Powering modern AI workloads is no small feat, requiring ultra-low latency, high availability and real-time data processing and synchronization. What’s already a tall order is made all the more challenging in distributed environments, where maintaining models across geographies requires seamless data replication and conflict resolution.

That’s where traditional, centralized cloud-based AI inference falls short.

Sending data to and from a centralized system consumes enormous amounts of bandwidth. It also introduces latency, slowing responses that impact everything from search to real-time analytics. In a distributed world, where compute and data are physically separated, centralized inference is a bottleneck. And for applications requiring immediate responses (e.g., autonomous vehicles, healthcare, utilities), even small delays matter.

But inference doesn’t have to be centralized. Many of these challenges can be solved by moving AI inference to the edge. By bringing both the model and compute closer to the data source and distributing AI workloads across your edge nodes, you can significantly reduce latency, improve data privacy, ease bandwidth costs and improve system efficiency.

There’s a catch, though: AI inference at the edge only works if the architecture underneath can support it.

Architecting for Distributed Inference

Antony Pegg, director of product management at pgEdge, explained in an interview: “The whole point of the edge is, you’re distributing the workload to be as close as possible to where you need the work to be done. That means the compute itself needs to be moved there.”

You can’t run inference at the edge unless your data and write operations are there, too. That requires a shift from centralized architecture to a multi-master active–active architecture.

Pegg explained the difference: “With the traditional architecture, you’ve got one node that accepts all the writes, and then you have copies that get the updates, but they’re only for reading — until the primary node goes wrong… and then one of the other two read-only nodes needs to be promoted to becoming the writing node and take over.”

Multi-master active–active is the opposite — “decentralized by design,” as Pegg calls it. Read and write operations can occur at any node, and changes are automatically replicated across the network — no single primary needed. This setup allows edge locations to read and write locally, ensuring data remains synchronized across all nodes, even amid connectivity issues.

In this way, multi-master active–active guarantees high availability, faster response times, and seamless data replication and synchronization — key ingredients for maintaining the integrity of AI models and their inferences.

Still, some organizations have reservations about ditching the centralized status quo for a distributed approach.

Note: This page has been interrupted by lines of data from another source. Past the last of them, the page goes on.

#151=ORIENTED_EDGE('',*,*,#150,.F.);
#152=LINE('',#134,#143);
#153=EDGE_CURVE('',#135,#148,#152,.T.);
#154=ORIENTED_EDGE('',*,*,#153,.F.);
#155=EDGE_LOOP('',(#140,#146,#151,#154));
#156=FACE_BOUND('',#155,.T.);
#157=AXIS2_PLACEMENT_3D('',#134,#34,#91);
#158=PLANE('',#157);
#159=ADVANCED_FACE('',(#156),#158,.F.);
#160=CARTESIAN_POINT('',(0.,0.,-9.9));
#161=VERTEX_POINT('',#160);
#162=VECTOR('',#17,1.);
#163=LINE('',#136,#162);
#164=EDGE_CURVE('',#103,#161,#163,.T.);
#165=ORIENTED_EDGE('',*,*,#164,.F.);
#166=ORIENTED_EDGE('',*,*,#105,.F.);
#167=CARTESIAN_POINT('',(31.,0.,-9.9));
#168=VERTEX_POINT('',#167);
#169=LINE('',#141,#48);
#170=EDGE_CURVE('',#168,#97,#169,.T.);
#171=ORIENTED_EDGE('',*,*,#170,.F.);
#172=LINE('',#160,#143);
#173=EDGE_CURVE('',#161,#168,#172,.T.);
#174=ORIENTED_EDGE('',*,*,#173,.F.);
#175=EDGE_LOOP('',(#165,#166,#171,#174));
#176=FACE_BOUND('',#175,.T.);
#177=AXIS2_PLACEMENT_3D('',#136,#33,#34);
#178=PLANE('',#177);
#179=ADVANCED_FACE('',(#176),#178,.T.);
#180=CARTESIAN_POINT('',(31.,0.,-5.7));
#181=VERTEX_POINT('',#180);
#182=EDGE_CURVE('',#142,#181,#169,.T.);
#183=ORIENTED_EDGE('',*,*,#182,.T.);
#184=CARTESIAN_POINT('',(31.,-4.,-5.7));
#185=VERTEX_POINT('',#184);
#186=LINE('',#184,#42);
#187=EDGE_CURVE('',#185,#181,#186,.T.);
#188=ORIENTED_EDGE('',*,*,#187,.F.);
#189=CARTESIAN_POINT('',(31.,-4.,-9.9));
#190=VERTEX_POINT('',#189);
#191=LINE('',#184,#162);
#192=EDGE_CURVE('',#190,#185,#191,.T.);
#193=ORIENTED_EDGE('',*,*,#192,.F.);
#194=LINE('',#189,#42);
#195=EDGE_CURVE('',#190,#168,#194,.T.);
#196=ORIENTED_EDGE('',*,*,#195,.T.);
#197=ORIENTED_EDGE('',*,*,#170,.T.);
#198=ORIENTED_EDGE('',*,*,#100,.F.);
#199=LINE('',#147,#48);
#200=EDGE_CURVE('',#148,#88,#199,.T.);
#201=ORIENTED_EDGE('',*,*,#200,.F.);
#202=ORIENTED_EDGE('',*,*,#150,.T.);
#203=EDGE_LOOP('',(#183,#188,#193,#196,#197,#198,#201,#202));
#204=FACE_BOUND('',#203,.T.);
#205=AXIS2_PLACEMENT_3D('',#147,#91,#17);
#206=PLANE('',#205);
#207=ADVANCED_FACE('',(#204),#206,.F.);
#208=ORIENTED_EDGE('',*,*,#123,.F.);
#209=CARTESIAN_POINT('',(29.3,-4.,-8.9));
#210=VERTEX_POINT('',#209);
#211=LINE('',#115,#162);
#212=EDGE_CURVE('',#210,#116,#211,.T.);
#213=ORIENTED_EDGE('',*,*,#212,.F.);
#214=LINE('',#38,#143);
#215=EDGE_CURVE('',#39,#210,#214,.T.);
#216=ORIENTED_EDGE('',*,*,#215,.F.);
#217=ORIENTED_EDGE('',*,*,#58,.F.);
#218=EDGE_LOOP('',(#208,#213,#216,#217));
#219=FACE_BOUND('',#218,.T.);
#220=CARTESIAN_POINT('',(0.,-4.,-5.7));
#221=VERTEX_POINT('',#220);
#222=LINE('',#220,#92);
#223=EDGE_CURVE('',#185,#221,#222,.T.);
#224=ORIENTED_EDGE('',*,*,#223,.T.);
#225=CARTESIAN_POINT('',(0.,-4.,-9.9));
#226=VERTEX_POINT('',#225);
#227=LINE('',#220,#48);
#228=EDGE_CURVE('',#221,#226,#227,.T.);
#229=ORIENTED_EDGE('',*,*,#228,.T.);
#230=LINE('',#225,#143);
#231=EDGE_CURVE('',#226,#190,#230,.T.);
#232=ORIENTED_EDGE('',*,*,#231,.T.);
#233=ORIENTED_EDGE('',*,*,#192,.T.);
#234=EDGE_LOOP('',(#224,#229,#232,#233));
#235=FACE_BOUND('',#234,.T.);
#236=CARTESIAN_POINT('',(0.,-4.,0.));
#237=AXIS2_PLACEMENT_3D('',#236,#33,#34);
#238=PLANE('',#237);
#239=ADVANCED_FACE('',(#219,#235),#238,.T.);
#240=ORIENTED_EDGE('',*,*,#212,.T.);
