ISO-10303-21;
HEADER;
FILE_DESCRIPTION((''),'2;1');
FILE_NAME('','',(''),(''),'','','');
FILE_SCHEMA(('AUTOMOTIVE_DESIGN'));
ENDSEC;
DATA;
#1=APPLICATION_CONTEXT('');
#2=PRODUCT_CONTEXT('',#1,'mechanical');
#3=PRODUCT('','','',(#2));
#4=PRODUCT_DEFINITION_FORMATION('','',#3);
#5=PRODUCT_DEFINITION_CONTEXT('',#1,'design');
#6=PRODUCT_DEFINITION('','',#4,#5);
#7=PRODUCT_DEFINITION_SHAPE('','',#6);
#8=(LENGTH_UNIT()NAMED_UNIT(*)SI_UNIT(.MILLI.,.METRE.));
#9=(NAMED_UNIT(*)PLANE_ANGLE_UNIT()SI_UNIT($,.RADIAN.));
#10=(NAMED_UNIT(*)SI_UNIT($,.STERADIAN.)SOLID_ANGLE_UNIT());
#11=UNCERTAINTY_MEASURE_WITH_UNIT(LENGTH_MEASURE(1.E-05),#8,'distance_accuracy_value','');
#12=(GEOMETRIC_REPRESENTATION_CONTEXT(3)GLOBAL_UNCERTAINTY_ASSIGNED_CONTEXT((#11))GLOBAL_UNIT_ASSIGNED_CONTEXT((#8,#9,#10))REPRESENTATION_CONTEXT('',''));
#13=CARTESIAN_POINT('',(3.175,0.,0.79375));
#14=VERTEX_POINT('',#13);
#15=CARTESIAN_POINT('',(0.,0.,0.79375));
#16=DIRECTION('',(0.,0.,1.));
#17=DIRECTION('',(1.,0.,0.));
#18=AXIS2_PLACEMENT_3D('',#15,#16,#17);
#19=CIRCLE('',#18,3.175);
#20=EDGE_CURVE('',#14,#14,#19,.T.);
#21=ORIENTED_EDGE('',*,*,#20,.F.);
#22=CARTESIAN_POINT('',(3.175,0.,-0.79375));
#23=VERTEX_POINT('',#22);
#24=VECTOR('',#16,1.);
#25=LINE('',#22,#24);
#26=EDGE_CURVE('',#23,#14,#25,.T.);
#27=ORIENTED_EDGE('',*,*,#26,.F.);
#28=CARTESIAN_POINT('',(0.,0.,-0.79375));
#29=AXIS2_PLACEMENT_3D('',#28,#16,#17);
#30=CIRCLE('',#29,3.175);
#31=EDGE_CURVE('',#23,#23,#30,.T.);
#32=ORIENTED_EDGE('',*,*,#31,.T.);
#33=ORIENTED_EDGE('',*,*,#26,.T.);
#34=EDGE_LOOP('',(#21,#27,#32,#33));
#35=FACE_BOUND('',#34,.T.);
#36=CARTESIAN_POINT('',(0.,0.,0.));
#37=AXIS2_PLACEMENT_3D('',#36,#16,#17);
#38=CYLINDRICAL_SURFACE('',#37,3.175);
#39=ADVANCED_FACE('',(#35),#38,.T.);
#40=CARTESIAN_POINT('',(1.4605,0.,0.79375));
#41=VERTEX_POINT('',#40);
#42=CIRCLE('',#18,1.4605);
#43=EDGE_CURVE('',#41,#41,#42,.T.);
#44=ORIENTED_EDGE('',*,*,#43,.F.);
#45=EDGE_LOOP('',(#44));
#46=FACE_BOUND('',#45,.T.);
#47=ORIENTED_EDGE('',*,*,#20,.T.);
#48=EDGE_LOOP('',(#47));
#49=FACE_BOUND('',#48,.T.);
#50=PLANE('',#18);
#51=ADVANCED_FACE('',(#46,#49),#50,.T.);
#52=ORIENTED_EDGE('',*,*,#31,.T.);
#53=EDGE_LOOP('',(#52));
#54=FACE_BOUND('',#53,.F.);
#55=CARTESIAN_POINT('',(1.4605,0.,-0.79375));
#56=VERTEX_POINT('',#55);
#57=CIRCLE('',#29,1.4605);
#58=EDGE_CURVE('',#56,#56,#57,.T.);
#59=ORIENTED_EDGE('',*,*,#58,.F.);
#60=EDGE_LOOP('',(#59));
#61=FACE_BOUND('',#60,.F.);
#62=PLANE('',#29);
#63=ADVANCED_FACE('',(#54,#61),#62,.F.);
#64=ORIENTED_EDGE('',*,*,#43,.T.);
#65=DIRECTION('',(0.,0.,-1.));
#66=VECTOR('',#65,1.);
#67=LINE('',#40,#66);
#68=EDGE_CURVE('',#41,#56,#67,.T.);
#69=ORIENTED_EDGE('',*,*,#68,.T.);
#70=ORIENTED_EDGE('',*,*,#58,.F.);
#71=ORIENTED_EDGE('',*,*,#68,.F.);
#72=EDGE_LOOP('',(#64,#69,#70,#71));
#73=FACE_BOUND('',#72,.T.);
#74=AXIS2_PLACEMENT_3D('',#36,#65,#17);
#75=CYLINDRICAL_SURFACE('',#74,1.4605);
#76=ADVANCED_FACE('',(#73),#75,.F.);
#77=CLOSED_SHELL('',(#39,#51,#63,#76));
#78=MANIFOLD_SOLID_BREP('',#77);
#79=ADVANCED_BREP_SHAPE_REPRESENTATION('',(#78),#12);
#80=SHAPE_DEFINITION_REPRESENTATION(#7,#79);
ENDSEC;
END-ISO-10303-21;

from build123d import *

# Parameters (mm, degrees)
SKETCH1_R      = 3.175
SKETCH1_R_2    = 1.4605
EXTRUDE1_DEPTH = 0.79375


with BuildPart() as part:
    # Sketch1 → Extrude1 (new body, symmetric)
    with BuildSketch(Plane.XY):
        Circle(SKETCH1_R)
        Circle(SKETCH1_R_2, mode=Mode.SUBTRACT)
    extrude(amount=EXTRUDE1_DEPTH, both=True)


solid = part.part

Misconceptions Linger About Edge AI

Despite the clear benefits of moving AI inference to the edge with a multi-master active–active architecture, common misconceptions make some organizations hesitant to get on board:

Misconception #1: Edge Hardware Can’t Handle AI Workloads

Some people think edge devices simply can’t handle the demands of AI workloads. Hardware requirements, in particular, seem to be the hang-up: “So many people still assume that edge hardware is just too weak [and doesn’t have] the ability to distribute updates to the underlying models themselves,” said Pegg.

But in reality, modern chips are already capable of running complex models efficiently, even in quantized or distilled versions — and Pegg said this shouldn’t be a surprise: “For decades, we’ve been on a geometric progression of increasing ability and miniaturization… it’s all about shrinking down for efficiency.”

Misconception #2: Edge Inference Is Only for Low-Stakes Use Cases

Another outdated idea is that edge inference is only useful for low-stakes or niche use cases. Again, Pegg deftly dispelled this notion by pointing to real-world deployments: “It’s already being used for mission-critical systems, like healthcare, manufacturing, defense, autonomous vehicles. A lot of this stuff’s been in the works for, I can say, literally decades.”

One example: Telecom providers are already using distributed inference with collaborative AI agents across edge, regional and cloud layers to power real-time applications like network optimization and smart infrastructure monitoring.

Misconception #3: You Still Need a Single Source of Truth

Perhaps the biggest mental roadblock to adopting AI inference at the edge is the persistent belief that you still need a single source of truth.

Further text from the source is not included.